Причём когда денег у меня сначала было немного, я в гостинице жил, а как завелись — проживал на барже. Ну, на Сене баржа стояла. Правда, не на фоне собора наши-дамы-из-парижа, где, по слухам, только бессмертные живут, да актёр Пьер Ришар. Нет, далеко, за Южпортом, если говорить по-нашему.
Я там познакомился с девчонками — всё как у нас, одна пострашнее, другая посимпатичнее.
У одной из них и была баржа — настоящая, ржавая.
— Можешь, говорят, нам движок починить?
— Да посмотрим, чего ж нет?
Вот я и живу у них, работа — „не бей лежачего“.
Да только симпатичная на меня внимания не обращает, впрочем, и та, что пострашнее — тоже.
Я только по ночам слышу, как они за переборкой любятся.
Думал, что они как-нибудь дверь отворят. Нет, не отворили.
Правда, как дизель я починил, они мне спасибо сказали и даже билет домой купили.

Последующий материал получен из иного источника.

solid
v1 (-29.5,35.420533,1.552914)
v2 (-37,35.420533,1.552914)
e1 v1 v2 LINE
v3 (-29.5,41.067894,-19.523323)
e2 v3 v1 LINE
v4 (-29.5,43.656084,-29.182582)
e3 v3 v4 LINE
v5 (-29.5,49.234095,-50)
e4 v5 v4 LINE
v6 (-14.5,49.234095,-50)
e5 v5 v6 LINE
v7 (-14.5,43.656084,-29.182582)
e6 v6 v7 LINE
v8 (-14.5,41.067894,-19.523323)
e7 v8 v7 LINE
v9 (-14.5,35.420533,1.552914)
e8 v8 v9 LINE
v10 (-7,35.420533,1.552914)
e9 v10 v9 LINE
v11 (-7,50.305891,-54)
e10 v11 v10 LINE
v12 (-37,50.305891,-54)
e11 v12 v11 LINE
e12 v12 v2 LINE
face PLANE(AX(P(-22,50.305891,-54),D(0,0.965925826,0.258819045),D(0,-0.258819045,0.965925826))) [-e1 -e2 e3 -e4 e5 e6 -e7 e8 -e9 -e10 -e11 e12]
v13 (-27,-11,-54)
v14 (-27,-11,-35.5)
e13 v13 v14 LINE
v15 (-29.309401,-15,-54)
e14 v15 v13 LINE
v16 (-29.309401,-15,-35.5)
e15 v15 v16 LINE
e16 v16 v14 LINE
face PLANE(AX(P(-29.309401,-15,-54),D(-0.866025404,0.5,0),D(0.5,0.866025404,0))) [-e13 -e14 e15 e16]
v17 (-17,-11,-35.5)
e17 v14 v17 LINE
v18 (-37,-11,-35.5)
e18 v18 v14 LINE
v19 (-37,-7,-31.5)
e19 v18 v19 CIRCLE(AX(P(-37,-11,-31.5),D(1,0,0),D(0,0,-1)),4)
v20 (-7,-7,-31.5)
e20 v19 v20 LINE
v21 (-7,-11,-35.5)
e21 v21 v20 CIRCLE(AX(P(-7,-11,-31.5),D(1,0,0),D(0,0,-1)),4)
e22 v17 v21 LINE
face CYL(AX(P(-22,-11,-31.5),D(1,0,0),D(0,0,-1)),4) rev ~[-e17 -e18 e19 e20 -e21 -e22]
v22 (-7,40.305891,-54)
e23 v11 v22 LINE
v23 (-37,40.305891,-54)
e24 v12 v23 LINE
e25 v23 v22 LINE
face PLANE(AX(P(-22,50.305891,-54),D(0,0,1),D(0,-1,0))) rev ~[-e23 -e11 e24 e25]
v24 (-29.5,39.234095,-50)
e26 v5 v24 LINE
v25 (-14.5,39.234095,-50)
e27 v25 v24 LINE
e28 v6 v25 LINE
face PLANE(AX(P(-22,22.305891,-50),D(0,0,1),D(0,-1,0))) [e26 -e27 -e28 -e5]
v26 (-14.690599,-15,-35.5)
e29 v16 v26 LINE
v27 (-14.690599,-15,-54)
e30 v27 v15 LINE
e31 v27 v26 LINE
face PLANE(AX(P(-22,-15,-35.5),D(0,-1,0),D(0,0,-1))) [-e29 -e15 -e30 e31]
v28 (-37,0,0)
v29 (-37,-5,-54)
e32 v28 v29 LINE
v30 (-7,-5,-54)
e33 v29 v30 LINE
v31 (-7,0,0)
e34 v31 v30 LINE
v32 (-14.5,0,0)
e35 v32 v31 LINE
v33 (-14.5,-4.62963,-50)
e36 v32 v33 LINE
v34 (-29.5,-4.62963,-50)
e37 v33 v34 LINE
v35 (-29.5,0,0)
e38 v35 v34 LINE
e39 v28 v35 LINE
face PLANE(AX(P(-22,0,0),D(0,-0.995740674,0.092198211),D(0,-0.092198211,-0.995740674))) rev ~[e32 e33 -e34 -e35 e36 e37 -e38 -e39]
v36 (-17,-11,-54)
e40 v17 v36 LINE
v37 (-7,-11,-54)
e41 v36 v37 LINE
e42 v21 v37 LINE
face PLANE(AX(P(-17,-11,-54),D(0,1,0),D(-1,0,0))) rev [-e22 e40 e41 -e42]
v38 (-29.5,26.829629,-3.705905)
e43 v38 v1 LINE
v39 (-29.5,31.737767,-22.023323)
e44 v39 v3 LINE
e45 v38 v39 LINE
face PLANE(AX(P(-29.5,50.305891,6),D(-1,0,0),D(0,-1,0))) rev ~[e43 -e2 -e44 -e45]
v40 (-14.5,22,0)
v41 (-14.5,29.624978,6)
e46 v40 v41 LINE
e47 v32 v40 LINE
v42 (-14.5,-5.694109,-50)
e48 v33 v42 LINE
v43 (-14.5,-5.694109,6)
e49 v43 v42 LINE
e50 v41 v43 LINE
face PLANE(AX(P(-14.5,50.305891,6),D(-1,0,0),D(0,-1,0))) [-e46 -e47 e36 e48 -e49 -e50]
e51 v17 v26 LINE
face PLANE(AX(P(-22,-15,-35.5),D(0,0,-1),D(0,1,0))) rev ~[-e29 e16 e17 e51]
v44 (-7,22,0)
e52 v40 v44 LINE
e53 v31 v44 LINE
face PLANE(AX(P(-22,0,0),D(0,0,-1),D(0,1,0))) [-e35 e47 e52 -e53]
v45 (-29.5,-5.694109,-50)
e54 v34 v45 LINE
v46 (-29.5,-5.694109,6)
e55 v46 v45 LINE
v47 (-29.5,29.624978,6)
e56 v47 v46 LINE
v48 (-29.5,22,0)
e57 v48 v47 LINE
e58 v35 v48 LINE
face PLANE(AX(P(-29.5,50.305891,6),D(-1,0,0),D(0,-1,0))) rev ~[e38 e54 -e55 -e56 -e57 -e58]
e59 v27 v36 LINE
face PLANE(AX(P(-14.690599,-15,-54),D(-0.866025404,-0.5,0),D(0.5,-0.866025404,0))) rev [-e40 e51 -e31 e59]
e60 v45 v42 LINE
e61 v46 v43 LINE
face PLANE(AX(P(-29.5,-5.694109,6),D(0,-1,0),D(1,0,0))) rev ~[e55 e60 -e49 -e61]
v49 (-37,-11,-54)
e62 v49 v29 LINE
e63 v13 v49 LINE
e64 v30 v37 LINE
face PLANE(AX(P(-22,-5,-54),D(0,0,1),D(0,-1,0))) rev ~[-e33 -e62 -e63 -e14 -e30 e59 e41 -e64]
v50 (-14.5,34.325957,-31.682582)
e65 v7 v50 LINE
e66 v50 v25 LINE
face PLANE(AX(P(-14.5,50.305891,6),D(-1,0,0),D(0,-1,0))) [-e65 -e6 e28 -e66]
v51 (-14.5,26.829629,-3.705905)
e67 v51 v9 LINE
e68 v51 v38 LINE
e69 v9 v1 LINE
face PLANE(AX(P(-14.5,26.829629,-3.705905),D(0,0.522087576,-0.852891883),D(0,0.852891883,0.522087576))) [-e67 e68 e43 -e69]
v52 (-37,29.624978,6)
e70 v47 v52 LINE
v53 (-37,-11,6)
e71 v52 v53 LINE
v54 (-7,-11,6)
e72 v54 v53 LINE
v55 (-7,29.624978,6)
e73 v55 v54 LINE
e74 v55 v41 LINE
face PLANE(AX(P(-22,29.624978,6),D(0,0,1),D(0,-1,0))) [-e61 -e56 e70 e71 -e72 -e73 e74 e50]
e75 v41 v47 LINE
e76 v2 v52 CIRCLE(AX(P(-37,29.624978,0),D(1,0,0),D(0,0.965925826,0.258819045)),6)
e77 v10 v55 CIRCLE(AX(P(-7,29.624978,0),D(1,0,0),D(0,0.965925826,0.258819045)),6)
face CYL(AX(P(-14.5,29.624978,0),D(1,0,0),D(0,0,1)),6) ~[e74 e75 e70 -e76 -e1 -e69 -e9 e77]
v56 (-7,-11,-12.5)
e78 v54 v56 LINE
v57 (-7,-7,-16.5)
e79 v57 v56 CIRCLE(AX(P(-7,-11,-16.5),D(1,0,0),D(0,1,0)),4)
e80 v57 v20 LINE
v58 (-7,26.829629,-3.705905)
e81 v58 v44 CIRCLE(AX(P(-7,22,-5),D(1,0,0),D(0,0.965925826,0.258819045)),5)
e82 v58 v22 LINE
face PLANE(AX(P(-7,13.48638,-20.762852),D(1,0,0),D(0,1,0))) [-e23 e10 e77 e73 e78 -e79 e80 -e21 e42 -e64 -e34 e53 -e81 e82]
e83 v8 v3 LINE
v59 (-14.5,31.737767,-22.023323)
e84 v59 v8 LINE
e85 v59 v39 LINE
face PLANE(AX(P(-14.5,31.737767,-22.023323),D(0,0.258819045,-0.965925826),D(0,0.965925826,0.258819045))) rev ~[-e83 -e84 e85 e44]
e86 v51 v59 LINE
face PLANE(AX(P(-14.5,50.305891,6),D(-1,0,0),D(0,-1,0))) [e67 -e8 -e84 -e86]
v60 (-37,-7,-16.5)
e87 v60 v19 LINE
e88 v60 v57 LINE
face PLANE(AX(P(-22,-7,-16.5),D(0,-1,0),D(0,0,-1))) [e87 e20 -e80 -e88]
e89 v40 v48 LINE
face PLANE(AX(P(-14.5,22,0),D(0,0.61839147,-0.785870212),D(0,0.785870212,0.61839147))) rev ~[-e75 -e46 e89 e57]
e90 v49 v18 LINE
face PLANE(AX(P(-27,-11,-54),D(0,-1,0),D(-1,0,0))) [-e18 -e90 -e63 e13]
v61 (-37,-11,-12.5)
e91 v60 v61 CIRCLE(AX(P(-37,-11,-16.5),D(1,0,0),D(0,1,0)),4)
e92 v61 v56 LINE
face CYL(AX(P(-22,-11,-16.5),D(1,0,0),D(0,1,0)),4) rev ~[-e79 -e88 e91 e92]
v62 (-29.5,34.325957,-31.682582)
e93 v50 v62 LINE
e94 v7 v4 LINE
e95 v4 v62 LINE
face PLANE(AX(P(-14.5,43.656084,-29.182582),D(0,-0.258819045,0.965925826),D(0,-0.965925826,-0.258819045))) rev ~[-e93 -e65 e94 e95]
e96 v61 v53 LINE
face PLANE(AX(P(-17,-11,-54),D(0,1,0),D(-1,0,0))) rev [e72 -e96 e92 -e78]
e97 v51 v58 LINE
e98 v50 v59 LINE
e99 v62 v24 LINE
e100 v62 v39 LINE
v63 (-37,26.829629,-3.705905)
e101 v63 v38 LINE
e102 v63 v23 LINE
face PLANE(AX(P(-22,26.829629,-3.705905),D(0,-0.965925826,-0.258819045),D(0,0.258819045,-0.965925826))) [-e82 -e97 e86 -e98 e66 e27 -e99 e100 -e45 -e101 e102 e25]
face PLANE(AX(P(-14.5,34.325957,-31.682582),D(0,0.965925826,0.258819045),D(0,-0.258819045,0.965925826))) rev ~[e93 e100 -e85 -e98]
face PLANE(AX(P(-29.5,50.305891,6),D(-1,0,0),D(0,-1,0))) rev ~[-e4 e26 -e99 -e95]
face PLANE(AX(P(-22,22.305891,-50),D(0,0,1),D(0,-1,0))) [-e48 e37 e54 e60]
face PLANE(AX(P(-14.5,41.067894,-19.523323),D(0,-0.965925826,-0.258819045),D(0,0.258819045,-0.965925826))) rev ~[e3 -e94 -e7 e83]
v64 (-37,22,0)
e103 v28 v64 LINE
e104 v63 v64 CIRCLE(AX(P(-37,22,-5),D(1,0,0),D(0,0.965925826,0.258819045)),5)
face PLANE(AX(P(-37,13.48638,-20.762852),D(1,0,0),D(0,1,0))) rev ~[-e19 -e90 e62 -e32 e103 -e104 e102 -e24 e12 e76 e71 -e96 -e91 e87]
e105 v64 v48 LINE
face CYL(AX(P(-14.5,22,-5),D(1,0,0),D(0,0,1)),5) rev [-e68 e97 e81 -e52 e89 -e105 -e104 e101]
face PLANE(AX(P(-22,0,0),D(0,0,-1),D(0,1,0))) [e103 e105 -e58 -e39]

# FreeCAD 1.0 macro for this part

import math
import FreeCAD as App
import Part
import Sketcher
from FreeCAD import Vector
Q = App.Units.Quantity


def add_polygon(sketch, points):
    """Adds a closed chain of lines whose ends are joined by coincident constraints."""
    first, n = sketch.GeometryCount, len(points)
    for a, b in zip(points, points[1:] + points[:1]):
        sketch.addGeometry(Part.LineSegment(App.Vector(*a, 0), App.Vector(*b, 0)), False)
    for i in range(n):
        sketch.addConstraint(Sketcher.Constraint("Coincident", first + i, 2, first + (i + 1) % n, 1))

doc = App.newDocument("Part")
body = doc.addObject("PartDesign::Body", "Body")

# Sketch on YZ plane
sketch1 = doc.addObject("Sketcher::SketchObject", "Sketch")
body.addObject(sketch1)
sketch1.AttachmentSupport = (doc.YZ_Plane, [""])
sketch1.MapMode = "FlatFace"
sketch1.addGeometry([
    Part.LineSegment(Vector(-15, 6, 0), Vector(-15, -12.5, 0)),  # 0
    Part.LineSegment(Vector(-15, -12.5, 0), Vector(-11, -12.5, 0)),  # 1
    Part.ArcOfCircle(Part.Circle(Vector(-11, -16.5, 0), Vector(0, 0, 1), 4), math.radians(0), math.radians(90)),  # 2
    Part.LineSegment(Vector(-7, -16.5, 0), Vector(-7, -31.5, 0)),  # 3
    Part.ArcOfCircle(Part.Circle(Vector(-11, -31.5, 0), Vector(0, 0, 1), 4), math.radians(-90), math.radians(0)),  # 4
    Part.LineSegment(Vector(-11, -35.5, 0), Vector(-15, -35.5, 0)),  # 5
    Part.LineSegment(Vector(-15, -35.5, 0), Vector(-15, -54, 0)),  # 6
    Part.LineSegment(Vector(-15, -54, 0), Vector(-5, -54, 0)),  # 7
    Part.LineSegment(Vector(-5, -54, 0), Vector(0, 0, 0)),  # 8
    Part.LineSegment(Vector(0, 0, 0), Vector(22, 0, 0)),  # 9
    Part.ArcOfCircle(Part.Circle(Vector(22, -5, 0), Vector(0, 0, 1), 5), math.radians(15), math.radians(90)),  # 10
    Part.LineSegment(Vector(26.8, -3.7, 0), Vector(40.3, -54, 0)),  # 11
    Part.LineSegment(Vector(40.3, -54, 0), Vector(50.3, -54, 0)),  # 12
    Part.LineSegment(Vector(50.3, -54, 0), Vector(35.4, 1.6, 0)),  # 13
    Part.ArcOfCircle(Part.Circle(Vector(29.6, 0, 0), Vector(0, 0, 1), 6), math.radians(15), math.radians(90)),  # 14
    Part.LineSegment(Vector(29.6, 6, 0), Vector(-15, 6, 0)),  # 15
], False)
sketch1.addConstraint([
    Sketcher.Constraint("Coincident", 0, 2, 1, 1),
    Sketcher.Constraint("Tangent", 1, 2, 2, 2),
    Sketcher.Constraint("Tangent", 2, 1, 3, 1),
    Sketcher.Constraint("Tangent", 3, 2, 4, 2),
    Sketcher.Constraint("Tangent", 4, 1, 5, 1),
    Sketcher.Constraint("Coincident", 5, 2, 6, 1),
    Sketcher.Constraint("Coincident", 6, 2, 7, 1),
    Sketcher.Constraint("Coincident", 7, 2, 8, 1),
    Sketcher.Constraint("Coincident", 8, 2, 9, 1),
    Sketcher.Constraint("Tangent", 9, 2, 10, 2),
    Sketcher.Constraint("Tangent", 10, 1, 11, 1),
    Sketcher.Constraint("Coincident", 11, 2, 12, 1),
    Sketcher.Constraint("Coincident", 12, 2, 13, 1),
    Sketcher.Constraint("Tangent", 13, 2, 14, 1),
    Sketcher.Constraint("Tangent", 14, 2, 15, 1),
    Sketcher.Constraint("Coincident", 15, 2, 0, 1),
    Sketcher.Constraint("Vertical", 0),
    Sketcher.Constraint("Horizontal", 1),
    Sketcher.Constraint("Vertical", 3),
    Sketcher.Constraint("Horizontal", 5),
    Sketcher.Constraint("Vertical", 6),
    Sketcher.Constraint("Horizontal", 7),
    Sketcher.Constraint("Horizontal", 9),
    Sketcher.Constraint("Horizontal", 12),
    Sketcher.Constraint("Horizontal", 15),
    Sketcher.Constraint("Coincident", 8, 2, -1, 1),
    Sketcher.Constraint("Equal", 2, 4),
    Sketcher.Constraint("PointOnObject", 14, 3, -1),
    Sketcher.Constraint("Parallel", 11, 13),
    Sketcher.Constraint("Horizontal", 7, 2, 11, 2),
    Sketcher.Constraint("Vertical", 0, 2, 5, 2),
    Sketcher.Constraint("Equal", 7, 12),
    Sketcher.Constraint("Equal", 0, 6),
    Sketcher.Constraint("Radius", 2, Q("4 mm")),
    Sketcher.Constraint("Radius", 10, Q("5 mm")),
    Sketcher.Constraint("Radius", 14, Q("6 mm")),
    Sketcher.Constraint("DistanceX", 1, 1, 1, 2, Q("4 mm")),
    Sketcher.Constraint("DistanceX", 7, 1, 7, 2, Q("10 mm")),
    Sketcher.Constraint("DistanceX", 9, 1, 9, 2, Q("22 mm")),
    Sketcher.Constraint("DistanceY", 3, 2, 3, 1, Q("15 mm")),
    Sketcher.Constraint("Angle", 11, Q("-75 deg")),
    Sketcher.Constraint("DistanceY", 0, 2, 0, 1, Q("18.5 mm")),
    Sketcher.Constraint("DistanceX", 2, 3, -1, 1, Q("11 mm")),
])
pad1 = doc.addObject("PartDesign::Pad", "Pad")
body.addObject(pad1)
pad1.Profile = sketch1
pad1.Length = 30
pad1.Midplane = True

Ну и ладно, думаю, встречи были без любви, разлука будет без печали.
И поехал на Родину.
У нас-то инженеру все двери открыты.
Это всё потому, что никто ничего делать не умеет».
А ещё он говорит: «Была она девушка видная, красивая — спортсменка, комсомолка. И послали её в Берлин со всяко-разной культурной делегацией. И отчего-то вступило ей в голову посетить могилу Бертольта Брехта. Ну, бывает — он тогда был популярен очень. Да и то, отчего бы не посетить какую-нибудь могилу? Очень даже посетить. Могилы очень красивые бывают.
Ну так вот, выходит она из гостиницы и садится в трамвай. Отчего-то эта комсомолка решила, что всякий берлинский житель знает, где оная могила обретается. Да и то верно — к примеру, редкий москвич не знал, где могила Высоцкого. Как поймает его провинциальный житель, как спросит, где Высоцкий лежит, так тот сразу и отрапортует: на Ваганьковском кладбище, прямо у входа. Ну, и тут схожие ожидания, хотя дело много раньше было.
И вот эта комсомолка выбрала бюргера посимпатичнее и подсела к нему. Тот сразу насторожился, но виду не подал. А она и говорит, мобилизуя свой немецкий язык: Ich suche nach einer… ээ… Platz… wo… И тут забыла ключевое слово friedhof, то есть — кладбище. Ну, и как все мы, начала его объяснять, через имеющиеся слова:
Ich schuldigung, говорит, bitte Ich suche einem Platz, wo gefallen… toten schlaffen!